Nairobi’s conmen have used several tricks to fleece Nairobians over the years and some of the tricks in their fraudulent bags have become sophisticated: 1. Sweepstake winners They mostly insist that they are from Meru (or any other upcountry town) and don’t know their way around Nairobi. They will target men, since on average men are greedier. They show you the ticket that they have won Sh1 million and ask for help with directions, mostly to a dingy building in the CBD. Once you get there they promise to share a percentage of the windfall but will insist that they cannot enter the building because they are afraid and suspicious of Nairobi and its denizens. They will give their victim for an ID, money or even phones as proof that you will not disappear with the ticket. Naively, many individuals agree to part with whatever they have as a guarantee that they will come back. As you climb the stairs, smiling on your luck on a Tuesday afternoon, they disappear. When you get to the right office, you will encounter a totally different office that has received many visitors of your kind. 2. Praying for pedestrian
Conmen are also known to pull innocent looking pedestrians to the roadside, to ask for directions to some spiritual convention going on in town. They claim mostly that they are from Tanzania and it is their first time in Nairobi. As you show them the way to KICC, they will engage you in small talk. Ask you about your family, predict, often accurately your problems before asking to pray for you. What is not known is how they are able to daze one completely and defraud you. By the time they are praying, you would have given them all your money and material possessions. They will instruct you to walk around and come to the same spot, where you find they have vaporized to only God knows where. 3. Selling fake phones They will show a particularly good and fashionable phone that they are selling cheaply. As you haggle, they push it back to the pocket, tacitly indicating that it is stolen, so you have to hurry up. As soon as you give them the money, they will give you the fake phone, and disappear.
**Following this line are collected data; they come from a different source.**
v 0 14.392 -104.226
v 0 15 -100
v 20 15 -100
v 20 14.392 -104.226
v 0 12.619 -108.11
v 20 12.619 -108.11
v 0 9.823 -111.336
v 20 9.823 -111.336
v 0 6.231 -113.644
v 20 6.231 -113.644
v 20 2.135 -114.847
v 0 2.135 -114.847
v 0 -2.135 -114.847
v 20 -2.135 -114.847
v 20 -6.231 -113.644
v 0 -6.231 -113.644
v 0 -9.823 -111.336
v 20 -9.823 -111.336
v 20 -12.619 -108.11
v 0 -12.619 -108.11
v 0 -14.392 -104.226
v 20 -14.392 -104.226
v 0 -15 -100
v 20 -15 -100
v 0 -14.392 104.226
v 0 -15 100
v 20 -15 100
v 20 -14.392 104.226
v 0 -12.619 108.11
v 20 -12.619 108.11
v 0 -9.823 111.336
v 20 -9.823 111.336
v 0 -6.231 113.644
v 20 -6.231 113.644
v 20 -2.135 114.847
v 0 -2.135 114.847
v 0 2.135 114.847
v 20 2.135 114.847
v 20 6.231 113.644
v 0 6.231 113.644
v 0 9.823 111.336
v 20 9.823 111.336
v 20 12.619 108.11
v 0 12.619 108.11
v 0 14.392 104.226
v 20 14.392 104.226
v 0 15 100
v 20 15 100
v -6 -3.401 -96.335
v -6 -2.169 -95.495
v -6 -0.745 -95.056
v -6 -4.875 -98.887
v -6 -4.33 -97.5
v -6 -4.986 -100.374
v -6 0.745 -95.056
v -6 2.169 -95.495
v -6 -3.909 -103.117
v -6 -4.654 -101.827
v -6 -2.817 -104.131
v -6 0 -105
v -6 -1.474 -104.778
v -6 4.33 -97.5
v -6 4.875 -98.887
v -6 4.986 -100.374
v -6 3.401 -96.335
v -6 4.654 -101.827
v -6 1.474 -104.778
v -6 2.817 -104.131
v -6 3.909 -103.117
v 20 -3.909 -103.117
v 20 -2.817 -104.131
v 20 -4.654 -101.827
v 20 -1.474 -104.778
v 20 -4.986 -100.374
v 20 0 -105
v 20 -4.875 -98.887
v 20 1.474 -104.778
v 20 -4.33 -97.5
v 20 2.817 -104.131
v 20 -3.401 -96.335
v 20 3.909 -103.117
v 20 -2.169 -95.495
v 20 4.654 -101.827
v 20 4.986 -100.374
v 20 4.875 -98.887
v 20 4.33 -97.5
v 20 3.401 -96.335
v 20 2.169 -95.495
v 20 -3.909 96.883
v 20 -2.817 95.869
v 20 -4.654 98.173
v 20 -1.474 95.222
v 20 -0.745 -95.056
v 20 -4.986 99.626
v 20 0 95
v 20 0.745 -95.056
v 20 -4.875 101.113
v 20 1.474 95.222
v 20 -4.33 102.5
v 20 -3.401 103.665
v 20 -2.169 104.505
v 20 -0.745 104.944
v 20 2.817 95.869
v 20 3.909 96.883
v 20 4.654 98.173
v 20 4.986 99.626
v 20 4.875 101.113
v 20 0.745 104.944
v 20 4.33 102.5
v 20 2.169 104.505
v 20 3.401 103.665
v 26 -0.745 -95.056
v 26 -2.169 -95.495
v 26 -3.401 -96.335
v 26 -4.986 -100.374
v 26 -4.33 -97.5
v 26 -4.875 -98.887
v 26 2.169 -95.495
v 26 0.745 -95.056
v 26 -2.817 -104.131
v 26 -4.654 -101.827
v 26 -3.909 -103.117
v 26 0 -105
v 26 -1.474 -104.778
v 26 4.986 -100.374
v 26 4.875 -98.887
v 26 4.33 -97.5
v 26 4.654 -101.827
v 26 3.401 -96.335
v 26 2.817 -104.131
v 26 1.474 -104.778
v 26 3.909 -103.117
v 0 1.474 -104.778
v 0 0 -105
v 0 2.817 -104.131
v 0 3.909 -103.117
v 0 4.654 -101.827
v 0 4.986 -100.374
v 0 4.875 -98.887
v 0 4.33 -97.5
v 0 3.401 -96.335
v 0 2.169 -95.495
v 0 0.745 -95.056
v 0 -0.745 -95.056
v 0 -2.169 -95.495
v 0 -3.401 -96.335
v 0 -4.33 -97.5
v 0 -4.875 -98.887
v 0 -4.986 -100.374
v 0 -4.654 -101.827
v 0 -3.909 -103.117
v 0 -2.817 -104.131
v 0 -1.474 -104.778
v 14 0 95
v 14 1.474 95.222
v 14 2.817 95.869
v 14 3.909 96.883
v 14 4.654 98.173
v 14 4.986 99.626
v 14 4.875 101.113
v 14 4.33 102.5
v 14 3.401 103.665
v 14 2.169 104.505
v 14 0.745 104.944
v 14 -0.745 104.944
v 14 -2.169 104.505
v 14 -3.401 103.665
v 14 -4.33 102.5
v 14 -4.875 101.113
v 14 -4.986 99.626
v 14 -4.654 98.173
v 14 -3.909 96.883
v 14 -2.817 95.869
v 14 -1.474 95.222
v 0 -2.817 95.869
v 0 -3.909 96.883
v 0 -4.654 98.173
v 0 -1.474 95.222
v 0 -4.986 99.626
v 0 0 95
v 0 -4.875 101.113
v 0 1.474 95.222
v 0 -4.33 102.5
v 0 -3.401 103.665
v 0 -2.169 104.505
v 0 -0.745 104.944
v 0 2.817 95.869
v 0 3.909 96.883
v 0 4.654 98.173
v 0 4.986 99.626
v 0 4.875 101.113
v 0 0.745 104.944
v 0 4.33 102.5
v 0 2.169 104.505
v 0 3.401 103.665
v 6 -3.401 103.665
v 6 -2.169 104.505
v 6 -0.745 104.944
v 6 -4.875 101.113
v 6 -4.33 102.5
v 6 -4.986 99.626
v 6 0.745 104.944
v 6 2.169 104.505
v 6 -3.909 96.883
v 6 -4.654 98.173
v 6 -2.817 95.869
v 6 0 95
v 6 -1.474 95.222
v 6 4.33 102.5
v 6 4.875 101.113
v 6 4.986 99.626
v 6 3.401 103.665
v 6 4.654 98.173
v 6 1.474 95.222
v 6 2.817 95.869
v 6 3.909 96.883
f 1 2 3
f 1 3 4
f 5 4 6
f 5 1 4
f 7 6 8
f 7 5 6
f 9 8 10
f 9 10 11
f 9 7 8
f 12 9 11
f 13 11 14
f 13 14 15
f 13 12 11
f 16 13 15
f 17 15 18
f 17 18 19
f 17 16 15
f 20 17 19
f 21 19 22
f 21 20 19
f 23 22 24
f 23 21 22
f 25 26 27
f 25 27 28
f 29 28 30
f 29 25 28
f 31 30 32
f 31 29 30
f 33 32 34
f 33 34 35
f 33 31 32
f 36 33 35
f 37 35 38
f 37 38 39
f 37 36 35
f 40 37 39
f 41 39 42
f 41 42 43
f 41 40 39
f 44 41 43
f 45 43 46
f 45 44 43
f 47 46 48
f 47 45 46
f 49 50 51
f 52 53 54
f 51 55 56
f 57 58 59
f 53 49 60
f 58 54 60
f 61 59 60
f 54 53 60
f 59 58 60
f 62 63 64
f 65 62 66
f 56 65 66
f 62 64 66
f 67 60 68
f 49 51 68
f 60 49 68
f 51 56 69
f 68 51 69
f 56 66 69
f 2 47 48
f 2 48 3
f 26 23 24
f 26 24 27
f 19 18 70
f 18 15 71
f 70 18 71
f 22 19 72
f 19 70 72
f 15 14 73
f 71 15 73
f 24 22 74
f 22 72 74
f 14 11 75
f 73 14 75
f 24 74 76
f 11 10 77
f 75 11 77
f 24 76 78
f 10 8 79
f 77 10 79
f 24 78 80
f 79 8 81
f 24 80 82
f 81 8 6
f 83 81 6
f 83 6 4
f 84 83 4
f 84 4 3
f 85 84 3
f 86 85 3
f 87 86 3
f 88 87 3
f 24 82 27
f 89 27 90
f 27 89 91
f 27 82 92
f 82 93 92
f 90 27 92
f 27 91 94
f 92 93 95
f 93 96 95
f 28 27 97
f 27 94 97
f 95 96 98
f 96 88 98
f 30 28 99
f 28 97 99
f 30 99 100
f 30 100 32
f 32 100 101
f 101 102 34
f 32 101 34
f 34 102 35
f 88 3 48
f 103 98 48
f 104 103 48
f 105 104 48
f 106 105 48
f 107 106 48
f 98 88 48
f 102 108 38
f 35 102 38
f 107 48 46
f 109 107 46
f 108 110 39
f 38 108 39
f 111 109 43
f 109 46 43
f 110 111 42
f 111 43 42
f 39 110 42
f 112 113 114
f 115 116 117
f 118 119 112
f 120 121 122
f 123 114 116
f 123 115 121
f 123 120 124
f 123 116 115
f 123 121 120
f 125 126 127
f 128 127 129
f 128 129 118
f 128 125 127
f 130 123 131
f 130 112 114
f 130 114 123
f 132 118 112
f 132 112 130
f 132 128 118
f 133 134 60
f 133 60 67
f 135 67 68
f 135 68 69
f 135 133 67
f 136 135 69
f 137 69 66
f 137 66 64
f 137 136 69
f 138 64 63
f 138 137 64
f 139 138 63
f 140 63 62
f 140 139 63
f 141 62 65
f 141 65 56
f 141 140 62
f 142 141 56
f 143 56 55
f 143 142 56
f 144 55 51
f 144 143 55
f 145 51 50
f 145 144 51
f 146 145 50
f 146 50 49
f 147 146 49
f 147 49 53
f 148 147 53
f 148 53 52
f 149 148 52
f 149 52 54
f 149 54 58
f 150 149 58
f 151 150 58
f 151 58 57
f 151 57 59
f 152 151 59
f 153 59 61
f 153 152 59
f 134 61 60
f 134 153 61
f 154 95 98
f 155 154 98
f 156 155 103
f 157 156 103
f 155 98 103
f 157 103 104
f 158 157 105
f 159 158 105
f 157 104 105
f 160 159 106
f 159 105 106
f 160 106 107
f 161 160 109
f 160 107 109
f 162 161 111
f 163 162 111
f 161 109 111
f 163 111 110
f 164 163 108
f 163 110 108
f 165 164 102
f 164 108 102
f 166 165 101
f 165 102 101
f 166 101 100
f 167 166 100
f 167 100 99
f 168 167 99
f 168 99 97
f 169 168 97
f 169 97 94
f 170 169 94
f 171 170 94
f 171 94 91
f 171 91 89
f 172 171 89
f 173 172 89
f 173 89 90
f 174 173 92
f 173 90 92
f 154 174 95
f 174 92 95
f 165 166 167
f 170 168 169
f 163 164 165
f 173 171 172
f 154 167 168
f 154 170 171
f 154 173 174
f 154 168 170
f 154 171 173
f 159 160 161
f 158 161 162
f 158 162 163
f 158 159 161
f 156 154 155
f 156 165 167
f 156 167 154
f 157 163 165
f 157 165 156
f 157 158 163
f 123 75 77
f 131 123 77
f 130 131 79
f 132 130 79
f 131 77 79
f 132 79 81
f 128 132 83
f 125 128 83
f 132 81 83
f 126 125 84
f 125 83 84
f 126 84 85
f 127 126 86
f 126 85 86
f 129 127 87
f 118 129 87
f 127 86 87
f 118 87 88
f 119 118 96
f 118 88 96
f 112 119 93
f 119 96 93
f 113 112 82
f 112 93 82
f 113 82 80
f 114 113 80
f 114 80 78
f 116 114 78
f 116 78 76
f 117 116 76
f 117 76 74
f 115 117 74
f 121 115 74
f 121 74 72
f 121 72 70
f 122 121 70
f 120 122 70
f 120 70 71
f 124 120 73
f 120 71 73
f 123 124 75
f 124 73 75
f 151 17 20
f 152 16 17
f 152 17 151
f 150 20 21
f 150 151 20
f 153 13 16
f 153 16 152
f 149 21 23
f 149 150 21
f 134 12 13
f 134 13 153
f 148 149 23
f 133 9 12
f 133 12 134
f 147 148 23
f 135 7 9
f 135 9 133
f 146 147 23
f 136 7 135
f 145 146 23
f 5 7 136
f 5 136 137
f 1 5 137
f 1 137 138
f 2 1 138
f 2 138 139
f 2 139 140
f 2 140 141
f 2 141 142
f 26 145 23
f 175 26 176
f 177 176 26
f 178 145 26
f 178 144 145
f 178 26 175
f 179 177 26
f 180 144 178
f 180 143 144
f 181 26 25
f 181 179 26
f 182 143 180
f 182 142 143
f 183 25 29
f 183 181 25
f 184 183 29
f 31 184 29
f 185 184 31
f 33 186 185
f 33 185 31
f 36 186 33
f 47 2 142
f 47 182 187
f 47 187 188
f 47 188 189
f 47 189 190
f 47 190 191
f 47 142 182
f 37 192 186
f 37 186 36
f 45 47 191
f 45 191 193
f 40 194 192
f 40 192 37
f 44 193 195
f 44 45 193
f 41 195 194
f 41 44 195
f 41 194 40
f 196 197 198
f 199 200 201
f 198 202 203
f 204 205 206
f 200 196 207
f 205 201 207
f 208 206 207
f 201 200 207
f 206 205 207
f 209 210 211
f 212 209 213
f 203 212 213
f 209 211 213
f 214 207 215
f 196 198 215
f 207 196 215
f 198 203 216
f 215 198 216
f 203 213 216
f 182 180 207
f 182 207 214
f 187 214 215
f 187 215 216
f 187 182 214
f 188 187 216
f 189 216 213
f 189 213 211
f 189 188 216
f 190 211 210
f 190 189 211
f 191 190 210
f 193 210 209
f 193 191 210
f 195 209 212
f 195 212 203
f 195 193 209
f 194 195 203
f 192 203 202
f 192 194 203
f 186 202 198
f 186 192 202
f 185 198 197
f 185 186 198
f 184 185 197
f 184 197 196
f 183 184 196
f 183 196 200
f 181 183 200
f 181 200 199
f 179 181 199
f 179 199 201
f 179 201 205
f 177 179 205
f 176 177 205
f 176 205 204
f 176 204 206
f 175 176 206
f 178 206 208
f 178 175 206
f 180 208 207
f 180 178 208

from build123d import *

# Parameters (mm, degrees)
BOSS_EXTRUDE2_DEPTH = 20
SKETCH4_R           = 5
BOSS_EXTRUDE3_DEPTH = 6
SKETCH5_R           = 5
CUT_EXTRUDE1_DEPTH  = 6


with BuildPart() as part:
    # Sketch3 → Boss-Extrude2 (new body)
    with BuildSketch(Plane(origin=(0, 0, 0), x_dir=(0, 0, -1), z_dir=(1, 0, 0))):
        with BuildLine():
            Line((100, -15), (-100, -15))
            ThreePointArc((-100, -15), (-115, 0), (-100, 15))
            Line((-100, 15), (100.0000001, 15))
            ThreePointArc((100.0000001, 15), (115.00000005, -5e-08), (100, -15))
        make_face()
    extrude(amount=BOSS_EXTRUDE2_DEPTH)

    # Sketch4 → Boss-Extrude3 (add)
    with BuildSketch(Plane(origin=(20, 0, 0), x_dir=(0, 0, -1), z_dir=(1, 0, 0))):
        with Locations((100.00000005, 0)):
            Circle(SKETCH4_R)
    boss_extrude3 = extrude(amount=BOSS_EXTRUDE3_DEPTH)

    # Sketch5 → Cut-Extrude1 (cut)
    with BuildSketch(Plane(origin=(20, 0, 0), x_dir=(0, 0, -1), z_dir=(1, 0, 0))):
        with Locations((-100, 0)):
            Circle(SKETCH5_R)
    cut_extrude1 = extrude(amount=-CUT_EXTRUDE1_DEPTH, mode=Mode.SUBTRACT)

    # Mirror1: Boss-Extrude3, Cut-Extrude1 across plane
    add(boss_extrude3.mirror(Plane(origin=(10, 0, 0), x_dir=(0, 0, 1), z_dir=(1, 0, 0))))
    add(cut_extrude1.mirror(Plane(origin=(10, 0, 0), x_dir=(0, 0, 1), z_dir=(1, 0, 0))), mode=Mode.SUBTRACT)


solid = part.part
When you get home, you never know whether to cry or to laugh for your folly. 4. Bogus makangas There are fake bus conductors galore come the festive season such as December holiday. Most mill around at bus stations with dog-eared ticket books and blue or green aprons. They pretend to be working for an unknown bus and will ask for those who need to travel urgently and are without luggage. Once you pay, he will drop the book there; pretend to be going for a bathroom break with a warning that no one should go anywhere for long given the bus is just around the corner. That is the last you see of him. 5. M-Pesa scheme
They are the most notorious of all Nairobi con artists. They compose a message and send to unsuspecting victims indicating they have sent you a certain amount of money. Afterwards, they will call and politely ask that you send them back the money. If you are not keen, you will send them your money. Sometimes they use blackmail threats, like that of forcefully recruiting you into Freemasonry or any other revered institution if you don’t return the money. 6. Sham jobs on offer These ones go a step further to advertise in newspapers and even reputable internet websites dedicated to jobs and careers. They will use elaborate ruses including long fill-in forms demanding details that can easily tell your desperation. Once you have filled in forms, notification stating that you have been selected are sent to you. However, they ask for some money for some medical check-up, training or certain certification process. They demand that you send the money electronically. Once you have sent the money, you discover that you were part of the crowd that has been swindled. UN jobs have been used as bait mostly, owing to their lucrative nature.